Saved data entries
★ ★ ★ ★ ★ ★ ★

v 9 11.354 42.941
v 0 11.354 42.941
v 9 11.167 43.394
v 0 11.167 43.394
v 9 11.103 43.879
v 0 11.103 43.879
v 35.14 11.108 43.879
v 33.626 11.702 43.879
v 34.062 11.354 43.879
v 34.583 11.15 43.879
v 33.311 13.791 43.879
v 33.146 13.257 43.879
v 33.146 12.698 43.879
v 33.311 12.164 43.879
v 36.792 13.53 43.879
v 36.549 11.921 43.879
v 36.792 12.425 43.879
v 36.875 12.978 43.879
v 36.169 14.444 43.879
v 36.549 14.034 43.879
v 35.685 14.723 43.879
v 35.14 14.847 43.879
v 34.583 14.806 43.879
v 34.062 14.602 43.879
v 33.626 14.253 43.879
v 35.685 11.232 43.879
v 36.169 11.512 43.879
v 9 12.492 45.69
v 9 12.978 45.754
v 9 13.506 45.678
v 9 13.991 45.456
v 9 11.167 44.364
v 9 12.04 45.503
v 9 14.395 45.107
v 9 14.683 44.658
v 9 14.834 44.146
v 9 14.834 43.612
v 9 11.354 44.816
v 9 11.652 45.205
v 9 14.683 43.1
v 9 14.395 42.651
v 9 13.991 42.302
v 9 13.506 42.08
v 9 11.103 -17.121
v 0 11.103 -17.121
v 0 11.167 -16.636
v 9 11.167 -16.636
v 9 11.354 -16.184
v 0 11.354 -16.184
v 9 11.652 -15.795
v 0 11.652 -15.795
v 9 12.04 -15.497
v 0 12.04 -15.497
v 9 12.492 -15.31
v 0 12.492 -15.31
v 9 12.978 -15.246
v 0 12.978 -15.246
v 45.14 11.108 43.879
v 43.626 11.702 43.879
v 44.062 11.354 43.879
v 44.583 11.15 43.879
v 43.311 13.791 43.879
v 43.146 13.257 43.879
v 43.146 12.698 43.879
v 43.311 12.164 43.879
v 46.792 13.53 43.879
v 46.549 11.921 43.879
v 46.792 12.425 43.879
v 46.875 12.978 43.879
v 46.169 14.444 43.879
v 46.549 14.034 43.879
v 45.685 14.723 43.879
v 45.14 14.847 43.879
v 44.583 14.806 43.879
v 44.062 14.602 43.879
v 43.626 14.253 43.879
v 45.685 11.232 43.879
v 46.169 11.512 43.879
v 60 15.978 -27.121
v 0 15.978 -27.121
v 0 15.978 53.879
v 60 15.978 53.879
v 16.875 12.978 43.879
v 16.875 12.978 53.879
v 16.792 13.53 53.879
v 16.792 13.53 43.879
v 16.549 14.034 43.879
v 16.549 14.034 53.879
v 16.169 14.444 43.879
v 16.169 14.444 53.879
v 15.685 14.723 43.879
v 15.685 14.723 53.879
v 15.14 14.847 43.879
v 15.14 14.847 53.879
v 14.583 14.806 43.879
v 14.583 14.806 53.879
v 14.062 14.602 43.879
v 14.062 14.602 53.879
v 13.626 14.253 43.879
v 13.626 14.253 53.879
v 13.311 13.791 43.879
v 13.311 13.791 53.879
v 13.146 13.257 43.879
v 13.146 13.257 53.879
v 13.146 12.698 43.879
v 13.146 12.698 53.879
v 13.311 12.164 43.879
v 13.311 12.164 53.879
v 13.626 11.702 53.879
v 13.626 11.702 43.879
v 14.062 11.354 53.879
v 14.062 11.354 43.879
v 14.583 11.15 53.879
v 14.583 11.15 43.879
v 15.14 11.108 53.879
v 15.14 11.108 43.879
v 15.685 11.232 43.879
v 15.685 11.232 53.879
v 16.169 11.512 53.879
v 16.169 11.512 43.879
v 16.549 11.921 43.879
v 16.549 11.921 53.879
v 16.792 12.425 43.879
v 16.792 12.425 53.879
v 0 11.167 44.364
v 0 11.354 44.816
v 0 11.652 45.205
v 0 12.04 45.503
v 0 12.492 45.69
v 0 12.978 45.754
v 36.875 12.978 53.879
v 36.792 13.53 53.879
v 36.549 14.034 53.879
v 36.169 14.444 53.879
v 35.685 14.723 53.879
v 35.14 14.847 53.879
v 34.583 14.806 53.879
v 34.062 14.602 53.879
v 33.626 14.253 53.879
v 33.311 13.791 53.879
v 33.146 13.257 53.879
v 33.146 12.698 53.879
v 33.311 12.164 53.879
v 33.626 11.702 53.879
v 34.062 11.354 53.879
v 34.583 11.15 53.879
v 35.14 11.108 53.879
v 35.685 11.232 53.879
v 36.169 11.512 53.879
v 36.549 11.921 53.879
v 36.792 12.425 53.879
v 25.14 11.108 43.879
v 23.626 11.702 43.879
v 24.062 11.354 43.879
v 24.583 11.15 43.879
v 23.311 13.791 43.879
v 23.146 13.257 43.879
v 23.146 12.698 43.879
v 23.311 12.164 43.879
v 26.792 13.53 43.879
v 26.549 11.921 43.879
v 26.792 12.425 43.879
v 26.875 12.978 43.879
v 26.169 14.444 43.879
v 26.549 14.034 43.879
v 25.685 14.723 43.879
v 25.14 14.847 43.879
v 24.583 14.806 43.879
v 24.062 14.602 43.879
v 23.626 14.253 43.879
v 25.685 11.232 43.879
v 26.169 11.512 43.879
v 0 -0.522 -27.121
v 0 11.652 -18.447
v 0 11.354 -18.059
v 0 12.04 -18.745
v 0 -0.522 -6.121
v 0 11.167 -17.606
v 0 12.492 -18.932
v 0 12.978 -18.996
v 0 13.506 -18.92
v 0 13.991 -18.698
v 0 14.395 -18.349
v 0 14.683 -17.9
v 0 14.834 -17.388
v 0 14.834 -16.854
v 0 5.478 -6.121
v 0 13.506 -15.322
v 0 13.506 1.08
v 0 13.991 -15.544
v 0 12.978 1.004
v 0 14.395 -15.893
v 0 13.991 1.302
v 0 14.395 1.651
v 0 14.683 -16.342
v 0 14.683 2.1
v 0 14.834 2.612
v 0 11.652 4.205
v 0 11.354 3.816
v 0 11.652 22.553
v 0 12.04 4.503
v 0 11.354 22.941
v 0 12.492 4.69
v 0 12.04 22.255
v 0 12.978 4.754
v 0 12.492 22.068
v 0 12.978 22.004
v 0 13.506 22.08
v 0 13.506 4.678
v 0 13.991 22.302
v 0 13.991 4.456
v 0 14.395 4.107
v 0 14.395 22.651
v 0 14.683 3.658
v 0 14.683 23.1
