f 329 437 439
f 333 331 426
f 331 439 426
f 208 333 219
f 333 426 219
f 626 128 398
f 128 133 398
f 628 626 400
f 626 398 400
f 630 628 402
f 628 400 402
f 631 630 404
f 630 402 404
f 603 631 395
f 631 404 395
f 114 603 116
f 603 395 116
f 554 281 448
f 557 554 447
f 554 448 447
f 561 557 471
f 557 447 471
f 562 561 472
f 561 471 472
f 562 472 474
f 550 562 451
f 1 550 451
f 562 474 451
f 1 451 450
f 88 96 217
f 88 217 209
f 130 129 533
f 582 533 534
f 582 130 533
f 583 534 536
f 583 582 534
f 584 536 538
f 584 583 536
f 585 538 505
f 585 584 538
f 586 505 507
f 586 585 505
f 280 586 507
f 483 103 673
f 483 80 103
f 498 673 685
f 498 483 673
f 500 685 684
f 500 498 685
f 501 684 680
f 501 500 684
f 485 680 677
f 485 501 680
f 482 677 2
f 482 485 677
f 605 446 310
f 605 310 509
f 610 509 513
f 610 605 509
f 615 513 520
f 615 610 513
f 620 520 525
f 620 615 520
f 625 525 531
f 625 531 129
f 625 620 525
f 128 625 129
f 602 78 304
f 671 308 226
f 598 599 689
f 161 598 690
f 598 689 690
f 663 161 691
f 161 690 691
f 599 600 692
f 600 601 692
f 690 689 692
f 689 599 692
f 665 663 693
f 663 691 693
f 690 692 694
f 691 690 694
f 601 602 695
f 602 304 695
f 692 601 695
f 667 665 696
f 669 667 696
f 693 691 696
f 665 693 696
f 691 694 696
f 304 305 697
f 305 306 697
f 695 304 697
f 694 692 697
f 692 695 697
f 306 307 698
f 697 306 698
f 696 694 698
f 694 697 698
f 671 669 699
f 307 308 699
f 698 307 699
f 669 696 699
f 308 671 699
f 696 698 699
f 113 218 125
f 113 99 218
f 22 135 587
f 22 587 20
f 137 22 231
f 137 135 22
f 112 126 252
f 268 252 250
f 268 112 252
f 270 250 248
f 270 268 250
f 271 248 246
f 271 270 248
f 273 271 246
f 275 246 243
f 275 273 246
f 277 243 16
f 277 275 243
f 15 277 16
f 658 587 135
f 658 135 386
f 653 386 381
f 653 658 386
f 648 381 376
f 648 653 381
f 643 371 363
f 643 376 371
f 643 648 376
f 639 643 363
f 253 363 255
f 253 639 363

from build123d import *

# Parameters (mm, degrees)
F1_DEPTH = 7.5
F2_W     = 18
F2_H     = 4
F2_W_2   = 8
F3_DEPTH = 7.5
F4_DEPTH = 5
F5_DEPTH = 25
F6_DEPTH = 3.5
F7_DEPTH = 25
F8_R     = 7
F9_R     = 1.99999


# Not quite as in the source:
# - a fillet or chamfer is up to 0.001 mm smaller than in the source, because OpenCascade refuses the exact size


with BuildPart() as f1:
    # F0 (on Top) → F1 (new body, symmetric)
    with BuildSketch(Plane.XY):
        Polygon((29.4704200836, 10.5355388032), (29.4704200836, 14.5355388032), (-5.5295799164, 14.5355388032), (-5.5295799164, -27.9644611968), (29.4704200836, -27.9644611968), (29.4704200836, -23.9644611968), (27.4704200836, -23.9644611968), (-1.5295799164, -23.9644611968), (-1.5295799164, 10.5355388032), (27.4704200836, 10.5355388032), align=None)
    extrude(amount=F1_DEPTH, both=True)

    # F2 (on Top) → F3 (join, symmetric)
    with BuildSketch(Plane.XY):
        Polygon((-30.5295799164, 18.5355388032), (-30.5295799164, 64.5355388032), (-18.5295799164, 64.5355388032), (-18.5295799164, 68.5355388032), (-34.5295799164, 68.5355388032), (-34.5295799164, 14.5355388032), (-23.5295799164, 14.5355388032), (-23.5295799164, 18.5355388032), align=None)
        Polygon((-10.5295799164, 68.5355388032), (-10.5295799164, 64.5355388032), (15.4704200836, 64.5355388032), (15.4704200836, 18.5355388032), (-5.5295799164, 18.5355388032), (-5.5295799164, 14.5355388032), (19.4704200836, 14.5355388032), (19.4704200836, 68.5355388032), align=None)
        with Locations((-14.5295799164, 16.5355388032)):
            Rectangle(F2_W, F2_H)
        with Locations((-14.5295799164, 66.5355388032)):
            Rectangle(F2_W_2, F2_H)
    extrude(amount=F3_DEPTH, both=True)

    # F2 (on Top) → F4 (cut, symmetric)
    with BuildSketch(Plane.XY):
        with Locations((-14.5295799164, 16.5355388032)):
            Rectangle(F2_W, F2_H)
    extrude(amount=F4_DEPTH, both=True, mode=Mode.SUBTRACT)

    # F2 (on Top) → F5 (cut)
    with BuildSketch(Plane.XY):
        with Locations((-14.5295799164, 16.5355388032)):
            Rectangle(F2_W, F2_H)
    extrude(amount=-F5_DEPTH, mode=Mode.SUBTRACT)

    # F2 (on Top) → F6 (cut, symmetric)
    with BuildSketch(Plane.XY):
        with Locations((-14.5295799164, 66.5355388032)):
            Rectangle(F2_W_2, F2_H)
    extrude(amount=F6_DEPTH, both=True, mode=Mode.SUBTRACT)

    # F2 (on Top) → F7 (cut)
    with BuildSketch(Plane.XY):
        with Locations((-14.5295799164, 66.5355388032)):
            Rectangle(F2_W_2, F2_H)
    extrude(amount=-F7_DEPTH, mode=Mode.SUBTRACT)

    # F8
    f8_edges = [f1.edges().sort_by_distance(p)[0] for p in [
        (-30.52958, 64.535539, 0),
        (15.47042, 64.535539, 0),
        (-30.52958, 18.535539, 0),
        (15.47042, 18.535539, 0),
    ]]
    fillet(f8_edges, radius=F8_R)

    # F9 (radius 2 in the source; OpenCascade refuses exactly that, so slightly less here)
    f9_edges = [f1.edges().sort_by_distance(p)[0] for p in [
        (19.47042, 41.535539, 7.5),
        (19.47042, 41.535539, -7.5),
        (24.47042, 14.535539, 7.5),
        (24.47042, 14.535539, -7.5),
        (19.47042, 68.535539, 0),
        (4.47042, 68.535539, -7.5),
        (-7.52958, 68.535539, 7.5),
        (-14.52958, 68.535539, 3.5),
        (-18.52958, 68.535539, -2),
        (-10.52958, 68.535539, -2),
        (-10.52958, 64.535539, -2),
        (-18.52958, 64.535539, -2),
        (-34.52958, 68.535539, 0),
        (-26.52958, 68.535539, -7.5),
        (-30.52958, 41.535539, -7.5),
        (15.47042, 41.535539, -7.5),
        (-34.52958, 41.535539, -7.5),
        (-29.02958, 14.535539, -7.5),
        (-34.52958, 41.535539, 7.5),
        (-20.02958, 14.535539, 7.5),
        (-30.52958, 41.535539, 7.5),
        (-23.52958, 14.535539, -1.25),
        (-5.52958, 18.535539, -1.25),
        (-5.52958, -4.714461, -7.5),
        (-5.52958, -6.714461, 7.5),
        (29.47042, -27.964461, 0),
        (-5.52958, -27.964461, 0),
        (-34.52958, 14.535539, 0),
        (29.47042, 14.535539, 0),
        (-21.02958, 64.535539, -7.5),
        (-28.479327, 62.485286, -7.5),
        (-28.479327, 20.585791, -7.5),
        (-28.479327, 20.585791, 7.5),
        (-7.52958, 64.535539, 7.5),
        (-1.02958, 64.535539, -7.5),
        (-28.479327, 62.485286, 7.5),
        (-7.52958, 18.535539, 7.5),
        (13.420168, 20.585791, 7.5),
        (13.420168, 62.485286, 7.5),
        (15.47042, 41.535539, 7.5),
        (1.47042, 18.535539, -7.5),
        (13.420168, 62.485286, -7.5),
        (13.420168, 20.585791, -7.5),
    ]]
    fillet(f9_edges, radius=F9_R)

★ ★ ★ ★ ★ ★ ★

Using the records above, set down exactly the lines from the one with "v 35.14 11.108 43.879" through the one with "v 36.792 12.425 43.879", inclusive, and nothing more.

v 35.14 11.108 43.879
v 33.626 11.702 43.879
v 34.062 11.354 43.879
v 34.583 11.15 43.879
v 33.311 13.791 43.879
v 33.146 13.257 43.879
v 33.146 12.698 43.879
v 33.311 12.164 43.879
v 36.792 13.53 43.879
v 36.549 11.921 43.879
v 36.792 12.425 43.879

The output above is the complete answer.